I looked at my husband and had a little epiphany. All my life, the people I loved most had described me by my accomplishments and accolades--my parents, my teachers, competitive Catholic schoolmates, and later, boyfriends, had all introduced and described me in terms of what I had done: "This is my daughter/friend/girlfriend. She studies [subject] at [institution]." My personal success was defined in terms educational credits and earnings potential. My college boyfriend of about three years showed he cared for me by pushing me to achieve the best scores, recommendations, and awards.

Mr. G is also an intelligent man who did well in school and received awards and high scores. But somewhere along the way, along the difficult path of his young life, he stopped caring about those social statistics and began to define himself and those around him by their personal qualities--who they were, not what they had done.
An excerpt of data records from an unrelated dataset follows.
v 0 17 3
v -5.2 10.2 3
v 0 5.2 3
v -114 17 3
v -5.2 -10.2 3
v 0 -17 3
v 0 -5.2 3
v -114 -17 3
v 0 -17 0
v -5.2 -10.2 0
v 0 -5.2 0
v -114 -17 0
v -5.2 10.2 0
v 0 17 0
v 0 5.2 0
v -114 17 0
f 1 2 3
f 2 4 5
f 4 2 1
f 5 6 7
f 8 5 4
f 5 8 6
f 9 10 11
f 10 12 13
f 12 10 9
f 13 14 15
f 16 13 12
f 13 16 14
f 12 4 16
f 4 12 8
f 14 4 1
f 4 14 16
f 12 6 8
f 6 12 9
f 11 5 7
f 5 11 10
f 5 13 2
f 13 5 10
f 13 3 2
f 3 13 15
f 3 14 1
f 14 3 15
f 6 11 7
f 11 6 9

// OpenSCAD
// -*- mode: SCAD ; c-file-style: "ellemtel" ; coding: utf-8 -*-
//
// correctly sized simple shape to stack four picture 135 type film strips
//
// © 2018 Roland Sieker <ospalh@gmail.com>
// Licence: CC-BY-SA 4.0


// … to preview. You will get all parts when you click “Create Thing”.
part = "leftlid"; // [stack: Stapler, lid: Deckel, leftstack, rightstack, leftlif, rightlid]

// Set this to “render” and click on “Create Thing” when done with the setup.
preview = 1; // [0:render, 1:preview]
// not needed

l1 = 8*4.75;
ex = 3;
num = 6;
lld = l1*num;
ll = lld + ex;
ey = 1;
w1 = 35;
wst = w1+ey; // 9.2 mm + clearance
wld = w1-ey; // Make it fit between the plates without problems
h = 30; // I have a lot of film strips i want to stack

w = 1.2;  // Wall width

epl = wld + 2*w;
spl = 10;
spo = 20;
spsp = ll/4;

hl = 30;
hw = 10;

jl = 5;

/* [Hidden] */

// Done with the customizer

// *******************************************************
// Extra parameters. These can be changed reasonably safely.



p = 3;  // Bottom, top plate hight
c = 0.4;  // Clearance
angle = 60; // Overhangs much below 60° are a problem for me

// *******************************************************
// Some shortcuts. These shouldn’t be changed

tau = 2 * PI;  // π is still wrong. τ = circumference ÷ r

xy_factor = 1/tan(angle);
// To get from a hight to a horizontal width inclined correctly
z_factor = tan(angle);  // The other way around

he = h + 2*p;
spo2 = ll/2 - spo - spl;

some_distance = 50;
ms = 0.01;  // Muggeseggele.

// fn for differently sized objects and fs, fa; all for preview or rendering.
pna = 40;
pnb = 15;
pa = 5;
ps = 1;
rna = 180;
rnb = 30;
ra = 1;
rs = 0.1;
function na() = (preview) ? pna : rna;
function nb() = (preview) ? pnb : rnb;
$fs = (preview) ? ps : rs;
$fa = (preview) ? pa : ra;

// *******************************************************
// End setup



// *******************************************************
// Generate the parts

print_part();
// preview_parts();
// stack_parts();
// left_stack();
// right_stack();

module print_part()
{
   if ("stack" == part)
   {
      stack();
   }
   if ("leftstack" == part)
   {
      left_stack();
   }
   if ("rightstack" == part)
   {
      right_stack();
   }
   if ("lid" == part)
   {
      lid();
   }
   if ("leftlid" == part)
   {
      left_lid();
   }
   if ("rightlid" == part)
   {
      right_lid();
   }
}

module preview_parts()
{
   stack();
   translate([0, some_distance, 0])
   {
      lid();
   }
   translate([-2*jl, 2*some_distance, 0])
   {
      left_stack();
   }
   translate([+2*jl, some_distance, 0])
   {
      right_stack();
   }
   translate([-2*jl, 3*some_distance, 0])
   {
      left_lid();
   }
   translate([+2*jl, 3*some_distance, 0])
   {
      right_lid();
   }
}

module stack_parts()
{
   // intersection()
   {
      color("yellow")
      {
         stack();
      }
      translate([0,0, 3*p])
      {
         color("red")
         {
            lid();
         }
      }
   }
}

// *******************************************************
// Code for the parts themselves

module stack()
{
   translate([0,0,p/2])
   {
      cube([ll, wst, p], center=true);
   }
   plates();
   h_cube();
   mirror()
   {
      h_cube();
   }
   module h_cube()
   {
      translate([ll/2-ms-hw/2, 0, p/2])
      {
         cube([hw, hl, p], center=true);
      }

   }
}

module left_stack()
{
   intersection()
   {
      stack();
      left_joint(c/2);
   }
}

module right_stack()
{
   difference()
   {
      stack();
      left_joint(-c/2);
   }
}

module lid()
{
   translate([0,0,p/2])
   {
      cube([lld, wld, p], center=true);
   }
}




module left_lid()
{
   intersection()
   {
      lid();
      left_joint(c/2);
   }
}

module right_lid()
{
   difference()
   {
      lid();
      left_joint(-c/2);
   }
}


module left_joint(jc)
{
   translate([0, 0, -h])
   {
      linear_extrude(3*h)
      {
         polygon(ljp);
      }
   }
   ljp = [
      [-jl-jc, 2*jl+jc],
      [0, jl+jc],
      [0, ll],
      [-ll, ll],
      [-ll, -ll],
      [0, -ll],
      [0, -jl-jc],
      [-jl-jc, -2*jl-jc],
      [-jl-jc, 2*jl+jc]
      ];
}

module plates()
{
   end_plate();
   side_plate(0);
   side_plate(spsp);
   // side_plate(2*spsp);
   rotate(180)
   {
      side_plate(0);
      side_plate(spsp);
      // side_plate(2*spsp);
   }
   mirror()
   {
      end_plate();
      side_plate(0);
      side_plate(spsp);
      // side_plate(2*spsp);
      rotate(180)
      {
         side_plate(0);
         side_plate(spsp);
         // side_plate(2*spsp);
      }
   }
}

module end_plate()
{
   translate([ll/2-ms , -epl/4,0])
   {
      cube([w, epl/2, he]);
   }
}

module side_plate(xo)
{
   translate([spo2-xo, wst/2-ms,0])
   {
      cube([spl, w, he]);
   }
}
I realize the two can never be totally independent of one another, but they are two very different ways of looking at and interacting with people.

And I realized that my writing changed when my relationship with Mr. G began. He is not heavily involved with my creative writing. He is supportive and encouraging of my writing time, and occasionally he will read pieces I show to him. But he is not actively involved with my writing process. He doesn't come to my writing group meetings or engage in his own creative writing. What Mr. G does is feed my mind and soul from the outside. He lets me know through all of his interactions with me that he loves me for who I am, regardless of what I do or don't accomplish. That gives me a safe place, internally, to write so that I don't feel exposed and vulnerable when I reveal my writing to others. If people don't like what I've written--or if I look at my own writing and realize it could use a lot of improving--that has little to no bearing on how I feel about myself these days. I can think that my writing is terrible without thinking that I am terrible. And that separation allows me to look for ways to improve my writing, without feeling bad in the process.
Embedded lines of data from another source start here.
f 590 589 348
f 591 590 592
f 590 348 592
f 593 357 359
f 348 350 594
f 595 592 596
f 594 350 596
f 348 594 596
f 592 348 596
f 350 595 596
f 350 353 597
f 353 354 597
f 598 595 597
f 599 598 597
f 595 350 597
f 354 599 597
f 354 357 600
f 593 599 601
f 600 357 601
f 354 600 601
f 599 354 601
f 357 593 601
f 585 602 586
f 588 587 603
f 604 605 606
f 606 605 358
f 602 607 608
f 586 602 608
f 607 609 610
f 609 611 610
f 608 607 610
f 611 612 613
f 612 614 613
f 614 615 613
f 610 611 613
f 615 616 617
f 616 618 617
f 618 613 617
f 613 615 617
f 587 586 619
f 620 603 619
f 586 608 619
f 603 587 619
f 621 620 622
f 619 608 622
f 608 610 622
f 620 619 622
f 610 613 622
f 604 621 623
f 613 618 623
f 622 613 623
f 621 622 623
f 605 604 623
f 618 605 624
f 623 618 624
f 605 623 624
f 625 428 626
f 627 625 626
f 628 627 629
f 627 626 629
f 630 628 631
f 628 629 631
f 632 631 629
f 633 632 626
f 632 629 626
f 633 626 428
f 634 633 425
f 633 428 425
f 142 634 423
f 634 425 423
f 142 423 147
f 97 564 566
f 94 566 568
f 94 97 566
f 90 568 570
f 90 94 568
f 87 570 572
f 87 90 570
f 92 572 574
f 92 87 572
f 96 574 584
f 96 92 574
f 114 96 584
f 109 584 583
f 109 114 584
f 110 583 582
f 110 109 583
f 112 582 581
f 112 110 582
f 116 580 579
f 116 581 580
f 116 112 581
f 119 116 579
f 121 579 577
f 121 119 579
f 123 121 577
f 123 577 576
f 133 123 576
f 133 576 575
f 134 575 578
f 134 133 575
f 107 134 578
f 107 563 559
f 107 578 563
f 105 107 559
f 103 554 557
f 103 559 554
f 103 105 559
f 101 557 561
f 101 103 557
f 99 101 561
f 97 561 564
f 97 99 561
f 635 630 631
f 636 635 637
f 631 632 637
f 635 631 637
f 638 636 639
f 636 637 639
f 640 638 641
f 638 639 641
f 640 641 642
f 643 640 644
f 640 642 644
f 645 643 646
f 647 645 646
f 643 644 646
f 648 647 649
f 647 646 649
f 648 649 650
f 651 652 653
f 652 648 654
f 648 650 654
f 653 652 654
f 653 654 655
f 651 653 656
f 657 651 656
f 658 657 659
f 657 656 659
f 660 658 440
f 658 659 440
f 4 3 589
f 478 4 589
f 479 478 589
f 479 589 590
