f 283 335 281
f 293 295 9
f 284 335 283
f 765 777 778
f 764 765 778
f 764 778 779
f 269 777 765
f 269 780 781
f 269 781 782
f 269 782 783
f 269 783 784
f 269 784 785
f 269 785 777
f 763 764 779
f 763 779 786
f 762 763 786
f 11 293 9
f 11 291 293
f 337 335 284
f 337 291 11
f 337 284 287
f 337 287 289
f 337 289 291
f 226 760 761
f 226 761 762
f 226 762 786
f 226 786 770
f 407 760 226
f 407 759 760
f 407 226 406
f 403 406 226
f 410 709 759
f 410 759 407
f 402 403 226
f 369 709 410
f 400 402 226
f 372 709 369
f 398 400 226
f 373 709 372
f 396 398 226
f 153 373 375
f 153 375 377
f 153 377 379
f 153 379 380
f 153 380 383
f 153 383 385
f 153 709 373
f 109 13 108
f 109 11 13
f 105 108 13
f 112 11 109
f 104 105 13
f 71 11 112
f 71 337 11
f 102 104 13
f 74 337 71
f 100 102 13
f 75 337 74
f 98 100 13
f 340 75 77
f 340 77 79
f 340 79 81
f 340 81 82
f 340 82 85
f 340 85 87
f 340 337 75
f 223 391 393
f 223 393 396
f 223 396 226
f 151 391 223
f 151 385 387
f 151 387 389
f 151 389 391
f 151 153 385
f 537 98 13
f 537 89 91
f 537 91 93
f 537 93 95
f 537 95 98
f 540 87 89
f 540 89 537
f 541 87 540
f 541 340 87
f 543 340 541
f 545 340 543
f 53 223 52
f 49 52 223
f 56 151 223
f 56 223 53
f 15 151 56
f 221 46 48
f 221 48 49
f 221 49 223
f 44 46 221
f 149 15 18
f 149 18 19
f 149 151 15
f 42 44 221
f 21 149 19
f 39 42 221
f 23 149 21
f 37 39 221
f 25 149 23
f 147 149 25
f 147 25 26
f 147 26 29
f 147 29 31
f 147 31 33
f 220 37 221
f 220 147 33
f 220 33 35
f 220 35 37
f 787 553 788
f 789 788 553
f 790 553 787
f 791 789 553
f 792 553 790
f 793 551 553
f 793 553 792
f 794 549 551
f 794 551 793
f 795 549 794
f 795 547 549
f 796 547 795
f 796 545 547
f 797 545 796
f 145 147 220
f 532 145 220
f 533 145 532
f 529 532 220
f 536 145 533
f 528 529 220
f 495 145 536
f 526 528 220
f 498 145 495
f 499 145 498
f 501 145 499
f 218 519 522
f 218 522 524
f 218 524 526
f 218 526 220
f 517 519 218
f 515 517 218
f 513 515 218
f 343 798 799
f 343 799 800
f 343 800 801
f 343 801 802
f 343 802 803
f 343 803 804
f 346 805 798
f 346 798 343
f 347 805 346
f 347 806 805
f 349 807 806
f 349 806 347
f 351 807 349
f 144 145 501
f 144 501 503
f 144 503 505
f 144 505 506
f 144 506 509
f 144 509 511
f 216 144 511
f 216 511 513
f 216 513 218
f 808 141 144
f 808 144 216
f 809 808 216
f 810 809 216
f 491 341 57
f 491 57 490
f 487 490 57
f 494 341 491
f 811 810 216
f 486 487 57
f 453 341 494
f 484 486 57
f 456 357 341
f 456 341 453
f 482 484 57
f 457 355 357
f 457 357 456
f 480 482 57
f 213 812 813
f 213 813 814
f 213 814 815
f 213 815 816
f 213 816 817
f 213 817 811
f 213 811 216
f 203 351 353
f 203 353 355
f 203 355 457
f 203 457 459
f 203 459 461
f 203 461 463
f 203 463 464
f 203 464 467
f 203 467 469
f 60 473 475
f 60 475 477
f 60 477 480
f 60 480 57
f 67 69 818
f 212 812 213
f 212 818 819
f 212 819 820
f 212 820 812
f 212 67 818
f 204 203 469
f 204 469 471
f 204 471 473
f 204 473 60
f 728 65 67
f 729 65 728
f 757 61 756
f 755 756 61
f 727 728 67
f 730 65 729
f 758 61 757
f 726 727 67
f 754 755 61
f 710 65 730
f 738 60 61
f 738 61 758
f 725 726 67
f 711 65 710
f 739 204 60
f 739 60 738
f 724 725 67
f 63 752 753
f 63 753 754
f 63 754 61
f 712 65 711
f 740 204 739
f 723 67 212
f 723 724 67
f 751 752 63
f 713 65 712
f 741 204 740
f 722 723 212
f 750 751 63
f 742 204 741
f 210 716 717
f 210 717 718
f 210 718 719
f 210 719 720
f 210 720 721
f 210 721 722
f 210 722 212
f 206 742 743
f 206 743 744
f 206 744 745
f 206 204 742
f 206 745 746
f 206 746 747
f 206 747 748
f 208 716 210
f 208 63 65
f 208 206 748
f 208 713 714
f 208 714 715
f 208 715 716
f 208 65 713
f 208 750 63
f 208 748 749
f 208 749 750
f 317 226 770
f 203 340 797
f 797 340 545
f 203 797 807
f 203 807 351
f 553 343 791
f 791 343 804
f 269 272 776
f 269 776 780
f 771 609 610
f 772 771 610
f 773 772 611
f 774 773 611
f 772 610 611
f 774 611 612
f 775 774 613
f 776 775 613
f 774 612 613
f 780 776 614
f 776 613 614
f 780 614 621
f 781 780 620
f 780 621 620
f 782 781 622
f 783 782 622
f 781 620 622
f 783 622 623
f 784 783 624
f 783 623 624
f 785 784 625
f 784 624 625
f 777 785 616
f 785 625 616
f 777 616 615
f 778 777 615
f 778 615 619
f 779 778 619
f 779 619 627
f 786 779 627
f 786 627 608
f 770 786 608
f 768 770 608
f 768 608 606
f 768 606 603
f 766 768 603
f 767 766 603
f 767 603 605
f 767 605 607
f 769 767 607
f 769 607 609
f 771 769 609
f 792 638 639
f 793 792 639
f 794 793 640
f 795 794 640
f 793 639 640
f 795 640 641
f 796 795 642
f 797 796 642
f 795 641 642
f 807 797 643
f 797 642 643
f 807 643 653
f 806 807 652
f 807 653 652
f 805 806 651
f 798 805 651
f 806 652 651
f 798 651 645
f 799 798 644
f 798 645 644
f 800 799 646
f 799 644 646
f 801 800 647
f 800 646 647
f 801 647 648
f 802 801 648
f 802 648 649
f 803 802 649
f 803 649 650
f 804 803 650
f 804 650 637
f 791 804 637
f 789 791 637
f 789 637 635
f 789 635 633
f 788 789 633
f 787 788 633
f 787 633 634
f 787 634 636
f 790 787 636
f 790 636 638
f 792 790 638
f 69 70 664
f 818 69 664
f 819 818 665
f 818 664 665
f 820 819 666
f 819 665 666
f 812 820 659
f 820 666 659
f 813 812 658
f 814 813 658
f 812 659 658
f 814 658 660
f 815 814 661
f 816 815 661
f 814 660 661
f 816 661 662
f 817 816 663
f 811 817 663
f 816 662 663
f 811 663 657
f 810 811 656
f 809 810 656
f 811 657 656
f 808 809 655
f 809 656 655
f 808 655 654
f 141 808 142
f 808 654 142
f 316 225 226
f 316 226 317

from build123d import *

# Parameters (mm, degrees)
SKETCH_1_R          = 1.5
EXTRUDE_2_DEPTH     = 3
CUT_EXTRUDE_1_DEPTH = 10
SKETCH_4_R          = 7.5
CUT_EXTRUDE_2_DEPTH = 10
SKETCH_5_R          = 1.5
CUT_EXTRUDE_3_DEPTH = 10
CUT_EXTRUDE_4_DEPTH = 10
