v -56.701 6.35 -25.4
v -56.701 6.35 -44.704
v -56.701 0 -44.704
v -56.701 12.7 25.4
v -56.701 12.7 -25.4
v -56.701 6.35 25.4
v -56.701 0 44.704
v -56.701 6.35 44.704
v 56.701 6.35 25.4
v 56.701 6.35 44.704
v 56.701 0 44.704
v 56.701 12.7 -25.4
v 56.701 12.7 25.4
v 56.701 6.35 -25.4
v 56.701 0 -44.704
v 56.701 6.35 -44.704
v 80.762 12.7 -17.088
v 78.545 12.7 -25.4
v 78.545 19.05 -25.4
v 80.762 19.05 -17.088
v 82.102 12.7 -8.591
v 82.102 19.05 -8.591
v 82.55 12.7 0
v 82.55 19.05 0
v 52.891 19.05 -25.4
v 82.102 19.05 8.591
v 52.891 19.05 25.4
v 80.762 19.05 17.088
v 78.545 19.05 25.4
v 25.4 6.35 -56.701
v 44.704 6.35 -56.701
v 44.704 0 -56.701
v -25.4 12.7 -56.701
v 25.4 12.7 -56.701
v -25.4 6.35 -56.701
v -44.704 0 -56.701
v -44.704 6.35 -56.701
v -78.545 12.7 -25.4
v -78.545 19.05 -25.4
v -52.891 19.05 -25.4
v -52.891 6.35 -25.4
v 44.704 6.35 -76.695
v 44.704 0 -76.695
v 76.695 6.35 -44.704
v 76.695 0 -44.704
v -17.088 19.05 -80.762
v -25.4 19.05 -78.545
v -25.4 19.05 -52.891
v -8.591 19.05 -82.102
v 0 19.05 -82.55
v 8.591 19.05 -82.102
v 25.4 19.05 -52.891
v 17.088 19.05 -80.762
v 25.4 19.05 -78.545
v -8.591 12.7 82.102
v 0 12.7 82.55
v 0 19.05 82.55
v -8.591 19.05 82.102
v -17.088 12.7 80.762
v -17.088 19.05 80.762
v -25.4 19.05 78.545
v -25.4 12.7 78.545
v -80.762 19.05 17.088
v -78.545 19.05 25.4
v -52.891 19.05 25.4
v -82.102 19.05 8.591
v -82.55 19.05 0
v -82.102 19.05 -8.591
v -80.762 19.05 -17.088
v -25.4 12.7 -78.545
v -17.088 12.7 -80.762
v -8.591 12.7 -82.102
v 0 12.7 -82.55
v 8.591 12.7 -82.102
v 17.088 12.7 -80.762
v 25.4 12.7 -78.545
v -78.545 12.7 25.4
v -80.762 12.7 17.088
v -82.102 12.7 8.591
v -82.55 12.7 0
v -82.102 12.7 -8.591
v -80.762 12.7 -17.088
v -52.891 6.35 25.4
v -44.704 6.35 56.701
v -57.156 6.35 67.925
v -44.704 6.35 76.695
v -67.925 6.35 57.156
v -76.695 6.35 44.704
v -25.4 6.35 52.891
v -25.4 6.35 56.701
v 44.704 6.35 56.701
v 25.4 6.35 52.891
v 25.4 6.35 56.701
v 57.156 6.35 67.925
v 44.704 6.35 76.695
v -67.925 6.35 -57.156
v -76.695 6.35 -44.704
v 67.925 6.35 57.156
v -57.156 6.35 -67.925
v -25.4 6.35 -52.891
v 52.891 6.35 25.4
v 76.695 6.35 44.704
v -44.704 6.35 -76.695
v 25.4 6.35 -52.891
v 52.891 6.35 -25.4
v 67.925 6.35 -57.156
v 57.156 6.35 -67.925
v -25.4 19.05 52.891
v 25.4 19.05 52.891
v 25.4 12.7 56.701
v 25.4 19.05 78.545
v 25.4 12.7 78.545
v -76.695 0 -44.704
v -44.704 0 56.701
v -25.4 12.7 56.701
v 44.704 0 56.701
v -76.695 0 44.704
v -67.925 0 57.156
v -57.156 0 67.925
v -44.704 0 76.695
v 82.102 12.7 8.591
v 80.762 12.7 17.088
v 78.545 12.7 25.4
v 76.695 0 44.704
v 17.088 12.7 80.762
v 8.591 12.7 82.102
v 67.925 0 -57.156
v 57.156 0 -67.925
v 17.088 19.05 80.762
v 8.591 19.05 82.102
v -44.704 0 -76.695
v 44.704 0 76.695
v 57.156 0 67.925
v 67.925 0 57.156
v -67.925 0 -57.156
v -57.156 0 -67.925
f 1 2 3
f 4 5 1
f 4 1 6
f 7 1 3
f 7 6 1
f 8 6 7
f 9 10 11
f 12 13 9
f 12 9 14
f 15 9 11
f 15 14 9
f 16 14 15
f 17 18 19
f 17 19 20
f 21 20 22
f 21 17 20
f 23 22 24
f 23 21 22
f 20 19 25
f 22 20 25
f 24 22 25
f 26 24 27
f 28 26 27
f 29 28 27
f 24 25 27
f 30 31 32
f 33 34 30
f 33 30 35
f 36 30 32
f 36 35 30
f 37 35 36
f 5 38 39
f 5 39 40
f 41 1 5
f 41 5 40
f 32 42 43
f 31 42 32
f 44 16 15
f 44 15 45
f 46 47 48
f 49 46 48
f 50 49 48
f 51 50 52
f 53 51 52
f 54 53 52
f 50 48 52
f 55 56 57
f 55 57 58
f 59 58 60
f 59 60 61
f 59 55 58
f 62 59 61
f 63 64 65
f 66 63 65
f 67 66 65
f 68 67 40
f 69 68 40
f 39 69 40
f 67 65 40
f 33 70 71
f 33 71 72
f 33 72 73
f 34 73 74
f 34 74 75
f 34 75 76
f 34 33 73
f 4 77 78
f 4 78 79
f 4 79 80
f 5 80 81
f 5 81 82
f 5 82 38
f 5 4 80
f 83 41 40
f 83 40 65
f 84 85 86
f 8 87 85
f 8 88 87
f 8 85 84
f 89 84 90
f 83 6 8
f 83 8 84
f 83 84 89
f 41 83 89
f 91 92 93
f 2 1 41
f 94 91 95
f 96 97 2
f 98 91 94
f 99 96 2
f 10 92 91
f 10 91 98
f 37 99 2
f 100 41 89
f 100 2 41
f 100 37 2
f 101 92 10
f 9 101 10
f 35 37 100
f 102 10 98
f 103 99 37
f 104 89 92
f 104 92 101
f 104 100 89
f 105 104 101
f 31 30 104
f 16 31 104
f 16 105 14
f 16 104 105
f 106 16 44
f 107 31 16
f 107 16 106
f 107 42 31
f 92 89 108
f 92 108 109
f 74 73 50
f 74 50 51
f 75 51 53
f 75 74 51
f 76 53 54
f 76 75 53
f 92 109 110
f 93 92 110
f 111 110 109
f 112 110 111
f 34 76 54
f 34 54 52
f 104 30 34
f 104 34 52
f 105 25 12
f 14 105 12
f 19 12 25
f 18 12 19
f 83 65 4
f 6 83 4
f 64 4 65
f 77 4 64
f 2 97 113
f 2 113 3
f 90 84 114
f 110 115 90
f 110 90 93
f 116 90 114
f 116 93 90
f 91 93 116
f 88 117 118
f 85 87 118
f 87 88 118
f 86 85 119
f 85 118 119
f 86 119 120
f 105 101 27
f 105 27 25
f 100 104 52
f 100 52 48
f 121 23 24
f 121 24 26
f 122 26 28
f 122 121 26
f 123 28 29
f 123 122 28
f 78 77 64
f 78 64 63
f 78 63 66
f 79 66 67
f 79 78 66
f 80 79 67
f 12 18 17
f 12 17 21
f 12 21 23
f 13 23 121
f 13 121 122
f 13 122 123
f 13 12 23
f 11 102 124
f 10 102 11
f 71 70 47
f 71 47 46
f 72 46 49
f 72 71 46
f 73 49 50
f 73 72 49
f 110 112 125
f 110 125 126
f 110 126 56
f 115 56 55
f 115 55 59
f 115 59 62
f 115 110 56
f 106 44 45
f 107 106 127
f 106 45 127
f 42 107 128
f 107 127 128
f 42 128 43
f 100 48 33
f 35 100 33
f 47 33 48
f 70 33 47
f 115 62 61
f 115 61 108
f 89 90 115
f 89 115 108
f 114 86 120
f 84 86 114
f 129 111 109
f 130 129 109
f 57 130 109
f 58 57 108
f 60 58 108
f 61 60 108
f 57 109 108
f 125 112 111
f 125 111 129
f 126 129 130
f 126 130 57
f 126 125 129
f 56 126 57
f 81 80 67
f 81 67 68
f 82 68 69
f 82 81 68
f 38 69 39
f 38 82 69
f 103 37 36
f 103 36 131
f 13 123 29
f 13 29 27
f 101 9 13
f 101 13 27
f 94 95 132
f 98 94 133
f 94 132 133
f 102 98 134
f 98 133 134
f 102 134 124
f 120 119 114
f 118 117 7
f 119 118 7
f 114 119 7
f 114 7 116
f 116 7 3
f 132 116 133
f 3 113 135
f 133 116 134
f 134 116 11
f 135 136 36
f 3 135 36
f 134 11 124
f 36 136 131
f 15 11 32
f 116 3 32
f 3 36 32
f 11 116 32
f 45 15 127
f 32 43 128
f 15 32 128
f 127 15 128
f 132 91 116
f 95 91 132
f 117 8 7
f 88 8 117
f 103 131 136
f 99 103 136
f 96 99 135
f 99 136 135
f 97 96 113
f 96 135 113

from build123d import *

# Parameters (mm, degrees)
SKETCH1_R         = 88.773
BASE_DEPTH        = 6.35
STOPPER_DEPTH     = 12.7
STOPPER_START     = -6.35
STOPPER_GAP_DEPTH = 13.7
CIRPATTERN1_COUNT = 4


with BuildPart() as part:
    # Sketch1 → Base (new body)
    with BuildSketch(Plane(origin=(0, 0, 0), x_dir=(1, 0, 0), z_dir=(0, 1, 0))):
        Circle(SKETCH1_R)
    extrude(amount=BASE_DEPTH)

    # Sketch2 → Stopper (add)
    with BuildSketch(Plane(origin=(0, 6.35, 0), x_dir=(1, 0, 0), z_dir=(0, 1, 0))):
        with BuildLine():
            Line((-25.4, -78.545162168), (-25.4, -52.891162168))
            Line((-25.4, -52.891162168), (0, -52.891162168))
            Line((0, -52.891162168), (25.4, -52.891162168))
            Line((25.4, -52.891162168), (25.4, -78.545162168))
            ThreePointArc((25.4, -78.545162168), (12.856892374, -81.542644172), (0, -82.55))
            ThreePointArc((0, -82.55), (-12.856892374, -81.542644172), (-25.4, -78.545162168))
        make_face()
    stopper = extrude(amount=STOPPER_DEPTH)

    # Sketch5 → Stopper Gap (cut, through all)
    with BuildSketch(Plane(origin=(0, 19.05, 0), x_dir=(1, 0, 0), z_dir=(0, 1, 0)).offset(STOPPER_START)):
        with BuildLine():
            Line((-44.704, -76.695488218), (-44.704, -56.701162168))
            Line((-44.704, -56.701162168), (0, -56.701162168))
            Line((0, -56.701162168), (44.704, -56.701162168))
            Line((44.704, -56.701162168), (44.704, -76.695488218))
            ThreePointArc((44.704, -76.695488218), (23.153368582, -85.700449545), (0, -88.773))
            ThreePointArc((0, -88.773), (-23.153368582, -85.700449545), (-44.704, -76.695488218))
        make_face()
    stopper_gap = extrude(amount=-STOPPER_GAP_DEPTH, mode=Mode.SUBTRACT)

    # CirPattern1: Stopper, Stopper Gap ×4 about axis
    cirpattern1_axis = Axis((0, 0, 0), (0, 1, 0))
    for i in range(1, CIRPATTERN1_COUNT):
        add(stopper.rotate(cirpattern1_axis, i * 360 / CIRPATTERN1_COUNT))
        add(stopper_gap.rotate(cirpattern1_axis, i * 360 / CIRPATTERN1_COUNT), mode=Mode.SUBTRACT)


solid = part.part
Having a child is making me hyper-aware of these personal narratives. How will my daughter define herself? How will I describe her? How will I introduce her to others? I know that the way my child hears me talking about her, and the way I talk to her, will greatly influence how she sees herself--and thus, how she presents herself to the world and what she produces creatively.

I hope that I can instill in my daughter the wisdom and strength it took me a quarter of a century to find. I want her to know from the start that she is loved and she is valued no matter what she does or how many mistakes she makes along the way. I want to give her that safe place inside from which to explore, learn, and grow so that she never feels bad about herself for smearing a painting or breaking a crayon. I want her to understand that the things she creates and does come from within herself, but not the reverse--the results of her efforts do not make her who she is inside.

I think that having a child will give me many more of these moments of awakening, when I become aware of the story behind the story and come to appreciate what really matters in life.


  1. Being a mom is an absolutely incredible experience, but don't be surprised if it takes you a few years to realize that! Interesting post. I often wonder how other people see me. Altho I'm not even sure how I see myself half the time.

  2. The thought of sitting down to try and characterize myself for a child (or really, for anyone) is horrifying. I'm not even sure I could pull it off.

  3. Karen: I think I'm realizing it already! Since studying child development academically, I have never bought into the idea that childcare or parenting are in any way unsophisticated or less important than any career or way of spending one's time.

    Nevets: But we do it all the time for things like online profiles, author bios, and resumes. It is a lot different, though, doing it for a family member instead of a public audience.